[[ Provided records open ]]

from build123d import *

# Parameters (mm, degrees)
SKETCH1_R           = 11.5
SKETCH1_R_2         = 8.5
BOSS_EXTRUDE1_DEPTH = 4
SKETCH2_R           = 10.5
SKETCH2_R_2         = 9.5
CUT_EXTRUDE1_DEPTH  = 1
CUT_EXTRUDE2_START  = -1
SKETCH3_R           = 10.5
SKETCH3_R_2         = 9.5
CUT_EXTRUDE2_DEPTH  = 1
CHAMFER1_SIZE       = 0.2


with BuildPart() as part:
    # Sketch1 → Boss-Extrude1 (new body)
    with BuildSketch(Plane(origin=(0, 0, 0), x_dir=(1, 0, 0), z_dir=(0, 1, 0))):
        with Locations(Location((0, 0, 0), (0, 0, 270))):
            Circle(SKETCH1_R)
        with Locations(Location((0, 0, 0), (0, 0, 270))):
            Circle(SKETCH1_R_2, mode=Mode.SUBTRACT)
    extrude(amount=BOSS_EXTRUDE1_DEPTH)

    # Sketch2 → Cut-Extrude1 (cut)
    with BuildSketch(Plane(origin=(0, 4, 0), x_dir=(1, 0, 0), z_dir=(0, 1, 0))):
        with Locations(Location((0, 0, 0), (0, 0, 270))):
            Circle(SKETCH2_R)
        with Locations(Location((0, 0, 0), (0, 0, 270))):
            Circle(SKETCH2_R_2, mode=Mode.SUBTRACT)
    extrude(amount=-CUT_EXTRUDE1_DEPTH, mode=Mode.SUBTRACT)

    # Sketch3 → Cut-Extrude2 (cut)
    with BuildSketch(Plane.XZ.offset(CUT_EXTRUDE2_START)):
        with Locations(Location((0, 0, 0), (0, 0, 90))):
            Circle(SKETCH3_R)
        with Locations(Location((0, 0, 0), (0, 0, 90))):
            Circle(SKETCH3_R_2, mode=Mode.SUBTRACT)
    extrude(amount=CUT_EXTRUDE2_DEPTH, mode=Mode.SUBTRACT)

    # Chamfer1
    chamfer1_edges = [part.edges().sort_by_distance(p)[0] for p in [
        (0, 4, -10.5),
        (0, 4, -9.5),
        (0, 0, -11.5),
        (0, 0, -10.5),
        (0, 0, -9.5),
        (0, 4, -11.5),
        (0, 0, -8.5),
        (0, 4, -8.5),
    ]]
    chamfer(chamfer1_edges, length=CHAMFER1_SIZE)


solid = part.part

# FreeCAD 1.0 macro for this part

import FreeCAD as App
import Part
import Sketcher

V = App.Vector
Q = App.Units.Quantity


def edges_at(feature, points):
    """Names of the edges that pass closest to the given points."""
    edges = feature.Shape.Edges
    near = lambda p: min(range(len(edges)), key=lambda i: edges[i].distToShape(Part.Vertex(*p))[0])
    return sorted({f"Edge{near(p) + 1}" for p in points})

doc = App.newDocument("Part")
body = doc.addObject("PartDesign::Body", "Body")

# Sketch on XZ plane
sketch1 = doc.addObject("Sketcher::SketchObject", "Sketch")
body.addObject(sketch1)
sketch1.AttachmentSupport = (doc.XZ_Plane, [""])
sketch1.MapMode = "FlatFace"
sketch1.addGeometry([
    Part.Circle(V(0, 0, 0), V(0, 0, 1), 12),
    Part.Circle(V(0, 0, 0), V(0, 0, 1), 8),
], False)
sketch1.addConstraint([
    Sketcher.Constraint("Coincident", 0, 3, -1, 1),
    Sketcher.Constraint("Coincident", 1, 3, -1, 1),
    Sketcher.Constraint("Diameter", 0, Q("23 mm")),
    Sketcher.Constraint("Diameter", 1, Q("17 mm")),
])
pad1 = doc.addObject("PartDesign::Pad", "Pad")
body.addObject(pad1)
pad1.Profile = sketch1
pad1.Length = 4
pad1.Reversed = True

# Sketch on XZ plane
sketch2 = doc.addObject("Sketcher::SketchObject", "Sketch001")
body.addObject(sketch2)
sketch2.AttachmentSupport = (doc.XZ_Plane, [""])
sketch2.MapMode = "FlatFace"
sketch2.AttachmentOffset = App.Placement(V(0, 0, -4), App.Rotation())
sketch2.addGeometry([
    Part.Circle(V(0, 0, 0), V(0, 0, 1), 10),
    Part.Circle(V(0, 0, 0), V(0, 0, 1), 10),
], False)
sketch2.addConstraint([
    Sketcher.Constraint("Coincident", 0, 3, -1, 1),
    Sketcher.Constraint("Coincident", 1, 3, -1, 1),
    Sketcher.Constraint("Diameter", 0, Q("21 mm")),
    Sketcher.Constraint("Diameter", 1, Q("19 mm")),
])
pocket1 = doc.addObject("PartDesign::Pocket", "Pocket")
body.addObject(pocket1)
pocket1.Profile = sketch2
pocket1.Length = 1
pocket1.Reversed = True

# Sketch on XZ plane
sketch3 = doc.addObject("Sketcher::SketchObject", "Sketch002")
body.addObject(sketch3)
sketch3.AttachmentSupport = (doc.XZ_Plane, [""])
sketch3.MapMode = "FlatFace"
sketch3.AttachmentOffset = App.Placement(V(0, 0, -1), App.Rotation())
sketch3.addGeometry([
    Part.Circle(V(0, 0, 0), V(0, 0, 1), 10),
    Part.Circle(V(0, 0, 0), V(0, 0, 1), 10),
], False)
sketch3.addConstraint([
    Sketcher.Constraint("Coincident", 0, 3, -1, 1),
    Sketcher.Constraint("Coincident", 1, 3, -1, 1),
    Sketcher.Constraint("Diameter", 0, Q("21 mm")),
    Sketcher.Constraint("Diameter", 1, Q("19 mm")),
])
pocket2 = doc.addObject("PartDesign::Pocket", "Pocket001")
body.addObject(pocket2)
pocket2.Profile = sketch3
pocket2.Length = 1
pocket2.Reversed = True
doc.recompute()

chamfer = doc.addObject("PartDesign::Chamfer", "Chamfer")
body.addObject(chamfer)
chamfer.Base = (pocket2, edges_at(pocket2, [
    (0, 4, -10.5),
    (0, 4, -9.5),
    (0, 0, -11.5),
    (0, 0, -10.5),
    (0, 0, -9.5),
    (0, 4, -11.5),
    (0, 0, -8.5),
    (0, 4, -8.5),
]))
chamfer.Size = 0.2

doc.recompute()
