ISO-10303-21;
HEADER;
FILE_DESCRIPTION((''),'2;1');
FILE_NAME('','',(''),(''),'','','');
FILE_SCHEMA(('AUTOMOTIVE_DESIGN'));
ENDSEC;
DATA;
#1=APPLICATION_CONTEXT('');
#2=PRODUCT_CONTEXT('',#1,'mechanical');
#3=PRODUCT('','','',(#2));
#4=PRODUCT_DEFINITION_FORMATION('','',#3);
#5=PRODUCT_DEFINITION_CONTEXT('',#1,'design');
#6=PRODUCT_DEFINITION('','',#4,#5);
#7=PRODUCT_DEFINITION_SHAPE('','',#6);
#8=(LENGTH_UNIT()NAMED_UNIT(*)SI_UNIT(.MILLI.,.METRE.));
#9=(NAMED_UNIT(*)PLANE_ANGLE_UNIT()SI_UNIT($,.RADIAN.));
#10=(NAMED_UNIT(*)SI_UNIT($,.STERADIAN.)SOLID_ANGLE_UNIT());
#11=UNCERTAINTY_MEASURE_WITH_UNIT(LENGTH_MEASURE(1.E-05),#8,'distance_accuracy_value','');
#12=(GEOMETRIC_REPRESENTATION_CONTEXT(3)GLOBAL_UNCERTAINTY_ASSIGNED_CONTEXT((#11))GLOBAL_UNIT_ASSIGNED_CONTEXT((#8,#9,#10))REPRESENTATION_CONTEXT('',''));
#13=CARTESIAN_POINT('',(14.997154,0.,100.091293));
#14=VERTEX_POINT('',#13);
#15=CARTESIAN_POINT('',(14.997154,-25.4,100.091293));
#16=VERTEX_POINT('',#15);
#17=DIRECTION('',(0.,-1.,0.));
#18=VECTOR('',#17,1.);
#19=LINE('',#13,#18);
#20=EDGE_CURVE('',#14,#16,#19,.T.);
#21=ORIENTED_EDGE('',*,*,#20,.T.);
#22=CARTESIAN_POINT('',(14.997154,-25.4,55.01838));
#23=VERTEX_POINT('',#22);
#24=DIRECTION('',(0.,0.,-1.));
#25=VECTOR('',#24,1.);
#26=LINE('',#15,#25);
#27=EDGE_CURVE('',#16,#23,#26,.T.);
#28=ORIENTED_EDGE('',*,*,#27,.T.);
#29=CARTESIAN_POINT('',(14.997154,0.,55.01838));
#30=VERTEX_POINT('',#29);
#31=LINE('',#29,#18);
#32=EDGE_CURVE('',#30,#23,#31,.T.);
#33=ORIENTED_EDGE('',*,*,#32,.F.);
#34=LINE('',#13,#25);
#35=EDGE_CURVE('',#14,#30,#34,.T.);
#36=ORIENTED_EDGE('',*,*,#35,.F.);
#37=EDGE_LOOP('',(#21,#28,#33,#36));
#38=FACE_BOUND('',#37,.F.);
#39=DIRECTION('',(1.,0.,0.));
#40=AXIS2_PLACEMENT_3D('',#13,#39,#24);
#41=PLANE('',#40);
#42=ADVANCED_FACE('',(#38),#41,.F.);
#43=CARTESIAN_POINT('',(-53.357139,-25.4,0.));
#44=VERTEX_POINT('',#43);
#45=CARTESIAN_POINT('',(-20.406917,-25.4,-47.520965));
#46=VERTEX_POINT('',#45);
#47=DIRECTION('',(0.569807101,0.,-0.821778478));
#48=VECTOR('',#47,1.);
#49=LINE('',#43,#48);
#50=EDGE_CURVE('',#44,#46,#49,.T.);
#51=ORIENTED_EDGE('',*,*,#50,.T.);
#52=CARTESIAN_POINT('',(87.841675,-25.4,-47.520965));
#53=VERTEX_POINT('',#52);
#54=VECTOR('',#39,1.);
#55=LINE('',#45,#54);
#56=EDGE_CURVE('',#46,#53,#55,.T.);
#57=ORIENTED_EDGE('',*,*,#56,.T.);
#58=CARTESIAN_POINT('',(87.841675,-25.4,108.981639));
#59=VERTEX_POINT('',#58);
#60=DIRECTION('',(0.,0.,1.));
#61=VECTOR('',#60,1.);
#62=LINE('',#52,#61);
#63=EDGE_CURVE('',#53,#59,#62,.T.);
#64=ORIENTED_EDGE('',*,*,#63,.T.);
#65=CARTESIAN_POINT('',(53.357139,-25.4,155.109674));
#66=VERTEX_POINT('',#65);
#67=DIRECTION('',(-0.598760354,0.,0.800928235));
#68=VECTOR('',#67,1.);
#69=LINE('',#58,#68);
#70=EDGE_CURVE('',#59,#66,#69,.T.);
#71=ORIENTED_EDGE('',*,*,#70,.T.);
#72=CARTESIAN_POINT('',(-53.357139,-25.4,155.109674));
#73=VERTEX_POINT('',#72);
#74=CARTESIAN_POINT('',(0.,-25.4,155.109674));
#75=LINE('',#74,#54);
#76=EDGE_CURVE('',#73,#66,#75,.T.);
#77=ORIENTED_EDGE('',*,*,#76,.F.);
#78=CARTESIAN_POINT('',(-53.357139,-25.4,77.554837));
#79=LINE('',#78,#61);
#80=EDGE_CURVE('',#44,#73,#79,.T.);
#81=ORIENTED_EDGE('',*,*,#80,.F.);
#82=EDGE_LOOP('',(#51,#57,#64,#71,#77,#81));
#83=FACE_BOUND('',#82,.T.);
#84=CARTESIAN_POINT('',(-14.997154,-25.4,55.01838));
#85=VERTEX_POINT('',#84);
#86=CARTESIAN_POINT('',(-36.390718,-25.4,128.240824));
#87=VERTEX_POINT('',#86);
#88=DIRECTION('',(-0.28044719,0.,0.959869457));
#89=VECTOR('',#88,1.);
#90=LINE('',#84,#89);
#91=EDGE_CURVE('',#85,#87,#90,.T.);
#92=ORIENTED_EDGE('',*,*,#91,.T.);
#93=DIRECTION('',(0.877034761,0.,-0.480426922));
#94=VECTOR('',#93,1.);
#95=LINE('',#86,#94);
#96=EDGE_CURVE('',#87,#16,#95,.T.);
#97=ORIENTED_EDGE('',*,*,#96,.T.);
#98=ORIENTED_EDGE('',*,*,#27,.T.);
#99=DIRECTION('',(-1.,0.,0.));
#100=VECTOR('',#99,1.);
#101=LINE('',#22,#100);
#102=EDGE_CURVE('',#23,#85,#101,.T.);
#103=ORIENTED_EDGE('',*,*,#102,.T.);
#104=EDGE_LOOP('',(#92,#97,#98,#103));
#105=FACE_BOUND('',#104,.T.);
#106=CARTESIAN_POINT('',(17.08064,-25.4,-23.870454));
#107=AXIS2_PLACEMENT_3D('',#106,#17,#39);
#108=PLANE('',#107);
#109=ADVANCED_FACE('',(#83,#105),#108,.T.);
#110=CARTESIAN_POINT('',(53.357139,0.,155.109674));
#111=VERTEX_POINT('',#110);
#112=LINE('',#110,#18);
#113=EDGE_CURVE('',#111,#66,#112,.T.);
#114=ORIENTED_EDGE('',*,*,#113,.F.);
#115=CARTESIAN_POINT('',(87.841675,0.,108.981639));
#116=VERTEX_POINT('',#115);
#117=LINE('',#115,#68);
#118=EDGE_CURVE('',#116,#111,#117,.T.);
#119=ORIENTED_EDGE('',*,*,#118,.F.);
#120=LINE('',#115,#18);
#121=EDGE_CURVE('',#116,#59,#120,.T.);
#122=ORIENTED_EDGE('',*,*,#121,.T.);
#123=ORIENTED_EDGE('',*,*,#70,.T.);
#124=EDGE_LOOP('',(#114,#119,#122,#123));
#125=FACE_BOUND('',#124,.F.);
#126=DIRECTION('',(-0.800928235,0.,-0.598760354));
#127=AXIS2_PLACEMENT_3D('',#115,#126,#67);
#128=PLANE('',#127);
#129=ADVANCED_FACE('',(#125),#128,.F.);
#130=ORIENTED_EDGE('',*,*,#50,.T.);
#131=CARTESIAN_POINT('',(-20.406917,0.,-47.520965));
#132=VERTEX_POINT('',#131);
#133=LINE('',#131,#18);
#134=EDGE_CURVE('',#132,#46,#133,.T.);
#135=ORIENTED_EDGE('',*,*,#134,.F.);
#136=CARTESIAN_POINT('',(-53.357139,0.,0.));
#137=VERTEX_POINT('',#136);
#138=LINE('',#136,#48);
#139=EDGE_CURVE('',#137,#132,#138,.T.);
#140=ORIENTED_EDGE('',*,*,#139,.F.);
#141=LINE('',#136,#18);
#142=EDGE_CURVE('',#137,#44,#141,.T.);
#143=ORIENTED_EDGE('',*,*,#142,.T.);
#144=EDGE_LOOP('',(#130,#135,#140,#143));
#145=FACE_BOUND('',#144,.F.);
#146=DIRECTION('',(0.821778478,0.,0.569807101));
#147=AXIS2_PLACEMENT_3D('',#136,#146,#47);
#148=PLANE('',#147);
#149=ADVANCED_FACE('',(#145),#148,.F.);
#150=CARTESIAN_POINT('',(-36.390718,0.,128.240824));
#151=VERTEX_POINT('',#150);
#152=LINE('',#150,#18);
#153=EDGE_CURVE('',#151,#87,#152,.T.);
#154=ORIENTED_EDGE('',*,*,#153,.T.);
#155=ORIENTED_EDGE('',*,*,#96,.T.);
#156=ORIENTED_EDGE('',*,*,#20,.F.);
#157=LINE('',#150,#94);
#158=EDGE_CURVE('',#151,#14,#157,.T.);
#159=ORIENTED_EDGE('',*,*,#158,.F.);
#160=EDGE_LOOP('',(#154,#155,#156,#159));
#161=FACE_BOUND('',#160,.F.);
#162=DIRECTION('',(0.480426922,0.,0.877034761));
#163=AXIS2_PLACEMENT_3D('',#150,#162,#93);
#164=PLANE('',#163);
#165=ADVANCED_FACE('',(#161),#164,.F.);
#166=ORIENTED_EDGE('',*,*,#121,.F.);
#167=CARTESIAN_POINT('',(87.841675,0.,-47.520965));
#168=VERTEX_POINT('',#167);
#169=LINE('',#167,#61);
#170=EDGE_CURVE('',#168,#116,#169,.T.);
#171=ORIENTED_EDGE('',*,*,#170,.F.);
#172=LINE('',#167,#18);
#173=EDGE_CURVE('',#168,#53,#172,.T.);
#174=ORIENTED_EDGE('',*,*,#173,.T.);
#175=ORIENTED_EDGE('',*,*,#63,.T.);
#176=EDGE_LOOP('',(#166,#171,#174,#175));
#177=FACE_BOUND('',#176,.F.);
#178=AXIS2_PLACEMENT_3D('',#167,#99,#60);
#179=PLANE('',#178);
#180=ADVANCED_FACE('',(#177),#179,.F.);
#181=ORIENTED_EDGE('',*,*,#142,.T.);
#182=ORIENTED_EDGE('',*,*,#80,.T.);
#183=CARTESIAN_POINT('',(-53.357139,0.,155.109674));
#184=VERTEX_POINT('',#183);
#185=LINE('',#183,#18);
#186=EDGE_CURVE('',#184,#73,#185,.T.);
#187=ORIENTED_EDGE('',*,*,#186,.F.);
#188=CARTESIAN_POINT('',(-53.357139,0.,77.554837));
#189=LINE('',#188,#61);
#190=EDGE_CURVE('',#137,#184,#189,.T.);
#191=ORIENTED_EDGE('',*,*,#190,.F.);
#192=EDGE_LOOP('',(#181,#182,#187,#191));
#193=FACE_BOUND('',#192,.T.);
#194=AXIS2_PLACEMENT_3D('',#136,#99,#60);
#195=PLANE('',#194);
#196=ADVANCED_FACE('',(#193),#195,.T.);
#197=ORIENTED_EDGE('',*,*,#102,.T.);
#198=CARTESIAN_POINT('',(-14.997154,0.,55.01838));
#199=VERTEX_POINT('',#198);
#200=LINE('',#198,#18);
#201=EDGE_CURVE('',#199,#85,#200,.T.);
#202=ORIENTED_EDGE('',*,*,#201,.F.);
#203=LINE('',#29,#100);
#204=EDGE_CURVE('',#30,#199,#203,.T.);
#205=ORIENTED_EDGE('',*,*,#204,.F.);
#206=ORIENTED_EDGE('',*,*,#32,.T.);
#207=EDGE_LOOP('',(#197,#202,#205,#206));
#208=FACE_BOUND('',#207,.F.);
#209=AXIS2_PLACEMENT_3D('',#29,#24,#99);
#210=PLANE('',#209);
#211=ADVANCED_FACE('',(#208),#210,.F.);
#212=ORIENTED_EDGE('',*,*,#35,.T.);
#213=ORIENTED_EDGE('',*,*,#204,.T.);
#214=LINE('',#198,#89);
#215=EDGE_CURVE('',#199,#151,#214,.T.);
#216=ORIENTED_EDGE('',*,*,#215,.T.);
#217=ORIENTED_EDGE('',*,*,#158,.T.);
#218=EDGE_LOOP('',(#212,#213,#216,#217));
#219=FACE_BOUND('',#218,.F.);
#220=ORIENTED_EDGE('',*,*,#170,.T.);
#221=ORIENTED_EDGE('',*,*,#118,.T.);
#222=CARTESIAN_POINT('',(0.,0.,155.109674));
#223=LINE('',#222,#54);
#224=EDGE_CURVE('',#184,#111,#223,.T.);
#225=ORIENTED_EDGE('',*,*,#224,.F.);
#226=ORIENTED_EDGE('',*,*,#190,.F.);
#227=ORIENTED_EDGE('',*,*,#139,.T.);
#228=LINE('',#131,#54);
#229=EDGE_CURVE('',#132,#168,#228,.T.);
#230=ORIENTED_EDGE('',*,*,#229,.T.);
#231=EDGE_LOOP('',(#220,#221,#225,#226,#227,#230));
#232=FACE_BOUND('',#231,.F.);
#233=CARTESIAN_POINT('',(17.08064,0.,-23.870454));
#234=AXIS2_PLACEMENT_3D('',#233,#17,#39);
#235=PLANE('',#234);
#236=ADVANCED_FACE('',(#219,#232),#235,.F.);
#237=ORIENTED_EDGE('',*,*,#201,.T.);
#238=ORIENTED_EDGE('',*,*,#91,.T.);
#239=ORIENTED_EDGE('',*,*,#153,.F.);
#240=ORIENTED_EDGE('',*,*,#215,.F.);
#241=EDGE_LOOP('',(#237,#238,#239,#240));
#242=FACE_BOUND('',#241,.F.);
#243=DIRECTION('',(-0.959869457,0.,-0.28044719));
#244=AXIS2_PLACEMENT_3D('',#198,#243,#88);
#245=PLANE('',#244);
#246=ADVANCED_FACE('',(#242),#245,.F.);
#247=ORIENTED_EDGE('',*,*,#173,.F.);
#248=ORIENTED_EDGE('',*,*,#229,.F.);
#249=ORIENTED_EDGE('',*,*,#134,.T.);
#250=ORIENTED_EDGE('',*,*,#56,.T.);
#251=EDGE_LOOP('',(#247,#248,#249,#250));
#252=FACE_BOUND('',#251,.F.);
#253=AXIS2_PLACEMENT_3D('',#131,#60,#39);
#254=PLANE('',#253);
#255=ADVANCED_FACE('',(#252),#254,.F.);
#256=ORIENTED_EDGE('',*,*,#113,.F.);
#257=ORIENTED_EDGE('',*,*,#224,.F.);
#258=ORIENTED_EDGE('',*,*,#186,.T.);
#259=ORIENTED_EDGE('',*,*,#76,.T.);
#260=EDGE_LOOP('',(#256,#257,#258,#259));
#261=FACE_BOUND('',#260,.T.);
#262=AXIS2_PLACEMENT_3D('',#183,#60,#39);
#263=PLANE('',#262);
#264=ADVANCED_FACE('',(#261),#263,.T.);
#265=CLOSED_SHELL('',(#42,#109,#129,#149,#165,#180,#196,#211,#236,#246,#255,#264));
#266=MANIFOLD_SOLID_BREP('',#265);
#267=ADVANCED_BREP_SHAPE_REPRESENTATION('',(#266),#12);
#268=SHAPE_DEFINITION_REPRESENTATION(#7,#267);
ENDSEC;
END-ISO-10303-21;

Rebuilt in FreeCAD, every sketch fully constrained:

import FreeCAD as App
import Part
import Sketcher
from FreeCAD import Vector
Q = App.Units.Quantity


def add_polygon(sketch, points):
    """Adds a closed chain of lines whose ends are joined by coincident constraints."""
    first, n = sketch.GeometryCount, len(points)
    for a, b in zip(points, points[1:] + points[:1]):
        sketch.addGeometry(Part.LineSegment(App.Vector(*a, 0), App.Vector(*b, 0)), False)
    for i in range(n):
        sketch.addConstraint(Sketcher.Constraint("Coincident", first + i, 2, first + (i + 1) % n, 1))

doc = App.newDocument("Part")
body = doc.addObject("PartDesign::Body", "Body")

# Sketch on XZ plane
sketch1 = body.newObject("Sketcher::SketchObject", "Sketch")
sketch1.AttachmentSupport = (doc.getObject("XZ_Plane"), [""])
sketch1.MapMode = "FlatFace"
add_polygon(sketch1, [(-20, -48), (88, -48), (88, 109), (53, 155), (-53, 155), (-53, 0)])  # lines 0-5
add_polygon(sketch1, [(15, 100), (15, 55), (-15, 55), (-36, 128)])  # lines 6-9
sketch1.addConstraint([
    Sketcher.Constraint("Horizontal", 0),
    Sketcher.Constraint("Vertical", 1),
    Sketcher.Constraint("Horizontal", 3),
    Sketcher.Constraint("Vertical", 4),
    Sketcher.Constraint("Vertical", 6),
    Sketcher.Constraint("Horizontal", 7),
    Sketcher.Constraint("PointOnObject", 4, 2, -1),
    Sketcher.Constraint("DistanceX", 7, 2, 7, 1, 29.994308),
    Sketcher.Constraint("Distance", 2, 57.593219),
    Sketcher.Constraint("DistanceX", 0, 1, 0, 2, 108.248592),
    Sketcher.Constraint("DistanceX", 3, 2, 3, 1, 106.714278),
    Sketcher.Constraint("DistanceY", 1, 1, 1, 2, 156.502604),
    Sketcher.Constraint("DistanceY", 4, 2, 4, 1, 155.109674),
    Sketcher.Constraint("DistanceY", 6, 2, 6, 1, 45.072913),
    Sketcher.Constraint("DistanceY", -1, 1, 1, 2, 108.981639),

[[ Provided records closed ]]

[Instructions for the task]:
Find every line above where the word "origin" occurs, and copy that line.

[Answer to the problem]:
    with BuildSketch(Plane(origin=(0, 0, 0), x_dir=(1, 0, 0), z_dir=(0, 1, 0))):
    with BuildSketch(Plane(origin=(0, 4, 0), x_dir=(1, 0, 0), z_dir=(0, 1, 0))):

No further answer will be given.